The primary negative finding revealed that after two years of LeSS practice, people lacked clear understanding of the framework, its operation, and the rationale behind practices. This highlighted the necessity for intensive education programs emphasizing the “why” behind framework elements. ScrumMasters had inadequately explained foundational principles.
Despite conflicting organizational forces, LeSS adoption remained confined to the product development organization. The broader organization only showed impact at the lowest level through feature team formation. First-level managers formally remained team managers while focusing primarily on development as team members implementing Product Backlog items. Each manager still handled company bureaucratic requirements for subordinates.
Conclusions
Selecting the LeSS framework and adopting agile practices significantly accelerated time-to-market and provided flexibility that traditional sequential methods never offered. The previous gateway product using sequential lifecycle models required twice the development time. Sequential lifecycle approaches with single-function and component teams would have prevented the major directional change the organization implemented. LeSS enabled this organizational agility.

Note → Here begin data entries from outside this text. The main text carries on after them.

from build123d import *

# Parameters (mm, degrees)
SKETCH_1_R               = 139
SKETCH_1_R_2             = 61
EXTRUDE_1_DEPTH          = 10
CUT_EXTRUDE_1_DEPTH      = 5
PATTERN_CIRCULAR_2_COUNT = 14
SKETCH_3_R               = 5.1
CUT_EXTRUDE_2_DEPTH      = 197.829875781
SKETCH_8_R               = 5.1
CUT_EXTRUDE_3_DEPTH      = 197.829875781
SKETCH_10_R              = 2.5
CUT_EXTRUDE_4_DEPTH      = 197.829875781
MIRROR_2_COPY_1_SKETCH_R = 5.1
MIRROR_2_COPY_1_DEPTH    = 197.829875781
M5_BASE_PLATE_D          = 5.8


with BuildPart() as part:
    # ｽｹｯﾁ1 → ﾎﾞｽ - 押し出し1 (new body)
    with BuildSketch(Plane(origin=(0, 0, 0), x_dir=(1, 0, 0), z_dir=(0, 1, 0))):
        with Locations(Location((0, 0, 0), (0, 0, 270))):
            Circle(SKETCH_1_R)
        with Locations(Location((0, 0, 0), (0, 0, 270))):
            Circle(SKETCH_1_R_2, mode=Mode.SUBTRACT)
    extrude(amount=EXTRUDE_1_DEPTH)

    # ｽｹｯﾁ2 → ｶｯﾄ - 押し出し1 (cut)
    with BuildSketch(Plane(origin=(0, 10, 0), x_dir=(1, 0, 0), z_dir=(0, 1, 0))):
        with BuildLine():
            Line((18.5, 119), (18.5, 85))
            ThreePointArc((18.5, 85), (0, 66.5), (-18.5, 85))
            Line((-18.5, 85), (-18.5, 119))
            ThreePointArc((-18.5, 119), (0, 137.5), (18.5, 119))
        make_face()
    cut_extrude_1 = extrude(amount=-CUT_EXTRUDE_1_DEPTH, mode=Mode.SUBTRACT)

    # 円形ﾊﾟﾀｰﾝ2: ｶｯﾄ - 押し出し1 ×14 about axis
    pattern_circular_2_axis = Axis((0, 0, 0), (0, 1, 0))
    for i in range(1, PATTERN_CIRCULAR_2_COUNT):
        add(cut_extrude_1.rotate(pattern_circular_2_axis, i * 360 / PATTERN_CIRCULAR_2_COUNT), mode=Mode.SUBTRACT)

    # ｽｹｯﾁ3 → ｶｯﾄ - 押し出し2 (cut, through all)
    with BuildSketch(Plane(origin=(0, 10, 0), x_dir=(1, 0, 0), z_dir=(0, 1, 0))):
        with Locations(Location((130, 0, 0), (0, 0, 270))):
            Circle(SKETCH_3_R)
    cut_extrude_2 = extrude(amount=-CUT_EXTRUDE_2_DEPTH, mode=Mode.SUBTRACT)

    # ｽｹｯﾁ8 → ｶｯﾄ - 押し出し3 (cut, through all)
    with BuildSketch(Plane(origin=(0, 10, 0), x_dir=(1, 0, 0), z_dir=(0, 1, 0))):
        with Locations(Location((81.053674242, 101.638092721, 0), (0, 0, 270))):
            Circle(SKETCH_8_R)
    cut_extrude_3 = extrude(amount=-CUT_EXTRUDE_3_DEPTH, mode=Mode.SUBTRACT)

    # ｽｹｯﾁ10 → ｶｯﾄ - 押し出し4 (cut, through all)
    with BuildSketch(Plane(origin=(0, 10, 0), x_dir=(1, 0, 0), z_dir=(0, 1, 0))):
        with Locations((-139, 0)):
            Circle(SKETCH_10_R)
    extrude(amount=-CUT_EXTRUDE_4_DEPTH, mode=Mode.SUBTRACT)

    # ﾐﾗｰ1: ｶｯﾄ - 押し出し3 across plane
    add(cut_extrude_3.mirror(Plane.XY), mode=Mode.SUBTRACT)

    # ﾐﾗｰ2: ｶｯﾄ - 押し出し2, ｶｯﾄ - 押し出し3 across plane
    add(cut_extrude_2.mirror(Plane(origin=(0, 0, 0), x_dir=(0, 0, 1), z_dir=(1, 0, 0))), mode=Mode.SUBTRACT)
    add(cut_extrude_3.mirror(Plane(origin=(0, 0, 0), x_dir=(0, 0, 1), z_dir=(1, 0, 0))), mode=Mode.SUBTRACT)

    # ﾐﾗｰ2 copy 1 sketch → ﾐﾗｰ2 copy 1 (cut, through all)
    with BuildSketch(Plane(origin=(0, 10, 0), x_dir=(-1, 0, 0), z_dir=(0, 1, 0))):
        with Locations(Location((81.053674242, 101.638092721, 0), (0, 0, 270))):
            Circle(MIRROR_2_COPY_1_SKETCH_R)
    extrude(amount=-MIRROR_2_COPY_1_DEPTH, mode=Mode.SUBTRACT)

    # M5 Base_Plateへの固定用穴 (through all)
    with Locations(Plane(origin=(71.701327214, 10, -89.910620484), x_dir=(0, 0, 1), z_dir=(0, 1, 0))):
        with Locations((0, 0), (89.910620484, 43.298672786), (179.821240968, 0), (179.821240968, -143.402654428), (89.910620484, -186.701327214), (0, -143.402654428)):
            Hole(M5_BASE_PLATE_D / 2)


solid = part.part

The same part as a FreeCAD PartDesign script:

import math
import FreeCAD as App
import Part
import Sketcher
from FreeCAD import Vector

doc = App.newDocument("Part")
body = doc.addObject("PartDesign::Body", "Body")

sketch1 = body.newObject("Sketcher::SketchObject", "Sketch")
sketch1.AttachmentSupport = (doc.getObject("XZ_Plane"), [""])
sketch1.MapMode = "FlatFace"
sketch1.addGeometry([
    Part.Circle(Vector(0, 0, 0), Vector(0, 0, 1), 139),
    Part.Circle(Vector(0, 0, 0), Vector(0, 0, 1), 61),
], False)
sketch1.addConstraint([
    Sketcher.Constraint("Coincident", 0, 3, -1, 1),
    Sketcher.Constraint("Coincident", 1, 3, -1, 1),
    Sketcher.Constraint("Diameter", 0, 278.0),
    Sketcher.Constraint("Diameter", 1, 122.0),
])
pad1 = body.newObject("PartDesign::Pad", "Pad")
pad1.Profile = sketch1
pad1.Length = 10
pad1.Reversed = True

sketch2 = body.newObject("Sketcher::SketchObject", "Sketch001")
sketch2.AttachmentSupport = (doc.getObject("XZ_Plane"), [""])
sketch2.MapMode = "FlatFace"
sketch2.AttachmentOffset = App.Placement(Vector(0, 0, -10), App.Rotation())
sketch2.addGeometry([
    Part.LineSegment(Vector(18, -85, 0), Vector(18, -119, 0)),
    Part.ArcOfCircle(Part.Circle(Vector(0, -119, 0), Vector(0, 0, 1), 18), math.radians(180), math.radians(360)),
    Part.LineSegment(Vector(-18, -119, 0), Vector(-18, -85, 0)),
    Part.ArcOfCircle(Part.Circle(Vector(0, -85, 0), Vector(0, 0, 1), 18), math.radians(0), math.radians(180)),
], False)
sketch2.addConstraint([
    Sketcher.Constraint("Tangent", 0, 2, 1, 2),
    Sketcher.Constraint("Tangent", 1, 1, 2, 1),
    Sketcher.Constraint("Tangent", 2, 2, 3, 2),
    Sketcher.Constraint("Tangent", 3, 1, 0, 1),
    Sketcher.Constraint("Vertical", 0),
    Sketcher.Constraint("Vertical", 2),
    Sketcher.Constraint("PointOnObject", 1, 3, -2),
    Sketcher.Constraint("Radius", 1, 18.5),
    Sketcher.Constraint("DistanceY", 0, 2, 0, 1, 34.0),
    Sketcher.Constraint("DistanceY", 1, 3, -1, 1, 119.0),
])
pocket1 = body.newObject("PartDesign::Pocket", "Pocket")
pocket1.Profile = sketch2
pocket1.Length = 5
pocket1.Reversed = True
doc.recompute()

polarpattern = body.newObject("PartDesign::PolarPattern", "PolarPattern")
polarpattern.Originals = [pocket1]
polarpattern.Axis = (doc.getObject("Y_Axis"), [""])
polarpattern.Angle = 360
polarpattern.Occurrences = 14
body.Tip = polarpattern

sketch3 = body.newObject("Sketcher::SketchObject", "Sketch002")
sketch3.AttachmentSupport = (doc.getObject("XZ_Plane"), [""])
sketch3.MapMode = "FlatFace"
sketch3.AttachmentOffset = App.Placement(Vector(0, 0, -10), App.Rotation())
sketch3.addGeometry(Part.Circle(Vector(130, 0, 0), Vector(0, 0, 1), 5), False)
sketch3.addConstraint([
    Sketcher.Constraint("PointOnObject", 0, 3, -1),
    Sketcher.Constraint("Diameter", 0, 10.2),
    Sketcher.Constraint("DistanceX", -1, 1, 0, 3, 130.0),
])
pocket2 = body.newObject("PartDesign::Pocket", "Pocket001")
pocket2.Profile = sketch3
pocket2.Type = "ThroughAll"
pocket2.Reversed = True

sketch4 = body.newObject("Sketcher::SketchObject", "Sketch003")
sketch4.AttachmentSupport = (doc.getObject("XZ_Plane"), [""])
sketch4.MapMode = "FlatFace"
sketch4.AttachmentOffset = App.Placement(Vector(0, 0, -10), App.Rotation())
sketch4.addGeometry(Part.Circle(Vector(81, -102, 0), Vector(0, 0, 1), 5), False)
sketch4.addConstraint([
    Sketcher.Constraint("Diameter", 0, 10.2),
    Sketcher.Constraint("DistanceX", -1, 1, 0, 3, 81.053674),
    Sketcher.Constraint("DistanceY", 0, 3, -1, 1, 101.638093),
])
pocket3 = body.newObject("PartDesign::Pocket", "Pocket002")
pocket3.Profile = sketch4
pocket3.Type = "ThroughAll"
pocket3.Reversed = True

sketch5 = body.newObject("Sketcher::SketchObject", "Sketch004")
sketch5.AttachmentSupport = (doc.getObject("XZ_Plane"), [""])
sketch5.MapMode = "FlatFace"
sketch5.AttachmentOffset = App.Placement(Vector(0, 0, -10), App.Rotation())
sketch5.addGeometry(Part.Circle(Vector(-139, 0, 0), Vector(0, 0, 1), 2.5), False)
sketch5.addConstraint([
    Sketcher.Constraint("PointOnObject", 0, 3, -1),
    Sketcher.Constraint("Diameter", 0, 5.0),
    Sketcher.Constraint("DistanceX", 0, 3, -1, 1, 139.0),
])
pocket4 = body.newObject("PartDesign::Pocket", "Pocket003")
pocket4.Profile = sketch5
pocket4.Type = "ThroughAll"
pocket4.Reversed = True
doc.recompute()

mirrored = body.newObject("PartDesign::Mirrored", "Mirrored")
mirrored.Originals = [pocket3]
mirrored.MirrorPlane = (doc.getObject("XY_Plane"), [""])
body.Tip = mirrored
doc.recompute()

mirrored2 = body.newObject("PartDesign::Mirrored", "Mirrored001")
mirrored2.Originals = [pocket2, pocket3]
mirrored2.MirrorPlane = (doc.getObject("YZ_Plane"), [""])
body.Tip = mirrored2

sketch6 = body.newObject("Sketcher::SketchObject", "Sketch005")
sketch6.AttachmentSupport = (doc.getObject("XZ_Plane"), [""])
sketch6.MapMode = "FlatFace"
sketch6.AttachmentOffset = App.Placement(Vector(0, 0, -10), App.Rotation())
sketch6.addGeometry(Part.Circle(Vector(-81, 102, 0), Vector(0, 0, 1), 5), False)
sketch6.addConstraint([
    Sketcher.Constraint("Diameter", 0, 10.2),
    Sketcher.Constraint("DistanceX", 0, 3, -1, 1, 81.053674),
    Sketcher.Constraint("DistanceY", -1, 1, 0, 3, 101.638093),
])
pocket5 = body.newObject("PartDesign::Pocket", "Pocket004")
pocket5.Profile = sketch6
pocket5.Type = "ThroughAll"
pocket5.Reversed = True

sketch7 = body.newObject("Sketcher::SketchObject", "Sketch006")
sketch7.AttachmentSupport = (doc.getObject("XZ_Plane"), [""])
sketch7.MapMode = "FlatFace"
sketch7.AttachmentOffset = App.Placement(Vector(0, 0, -10), App.Rotation())
sketch7.addGeometry([
    Part.Circle(Vector(71.7, -89.9, 0), Vector(0, 0, 1), 2.9),
    Part.Circle(Vector(115, 0, 0), Vector(0, 0, 1), 2.9),
    Part.Circle(Vector(71.7, 89.9, 0), Vector(0, 0, 1), 2.9),
    Part.Circle(Vector(-71.7, 89.9, 0), Vector(0, 0, 1), 2.9),
    Part.Circle(Vector(-115, 0, 0), Vector(0, 0, 1), 2.9),
    Part.Circle(Vector(-71.7, -89.9, 0), Vector(0, 0, 1), 2.9),
], False)
sketch7.addConstraint([
    Sketcher.Constraint("Equal", 0, 1),
    Sketcher.Constraint("Equal", 1, 2),
    Sketcher.Constraint("Equal", 2, 3),
    Sketcher.Constraint("Equal", 3, 4),
    Sketcher.Constraint("Equal", 4, 5),
    Sketcher.Constraint("Symmetric", 0, 3, 3, 3, -1, 1),
    Sketcher.Constraint("Symmetric", 1, 3, 4, 3, -1, 1),
    Sketcher.Constraint("Symmetric", 2, 3, 5, 3, -1, 1),
    Sketcher.Constraint("Symmetric", 2, 3, 3, 3, -2),
    Sketcher.Constraint("PointOnObject", 1, 3, -1),
    Sketcher.Constraint("Diameter", 0, 5.8),
    Sketcher.Constraint("DistanceX", -1, 1, 1, 3, 115.0),
    Sketcher.Constraint("DistanceY", 0, 3, -1, 1, 89.91062),
    Sketcher.Constraint("DistanceX", -1, 1, 0, 3, 71.701327),
])
doc.recompute()
hole = body.newObject("PartDesign::Hole", "Hole")
hole.Profile = sketch7
hole.ThreadType = "None"
hole.Diameter = 5.8
hole.DepthType = "ThroughAll"
hole.Reversed = True

doc.recompute()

Automated acceptance testing proved invaluable when adding new teams, maintaining high code base quality.
The organization should have emphasized LeSS adoption more thoroughly when expanding team count, as new teams—despite possessing some Scrum experience—lacked LeSS familiarity and remained confused about new working methods. Formal education appeared necessary for understanding the larger development picture beyond coaching-acquired practices.
Transitioning from LeSS to LeSS Huge required advance planning rather than ad-hoc implementation, with explicit agreement from the Product Owner bottleneck to empower Area Product Owners with real decision-making authority.
Feature-team-level LeSS adoption functioned effectively. However, sustainable organizational change requires focusing on formal organizational structure; otherwise, organizations risk gradually reverting to traditional designs.
About the Author

Ran Nyman has been applying Scrum and LeSS for large-scale agile adoptions at Nokia Networks. He is a Certified LeSS Trainer.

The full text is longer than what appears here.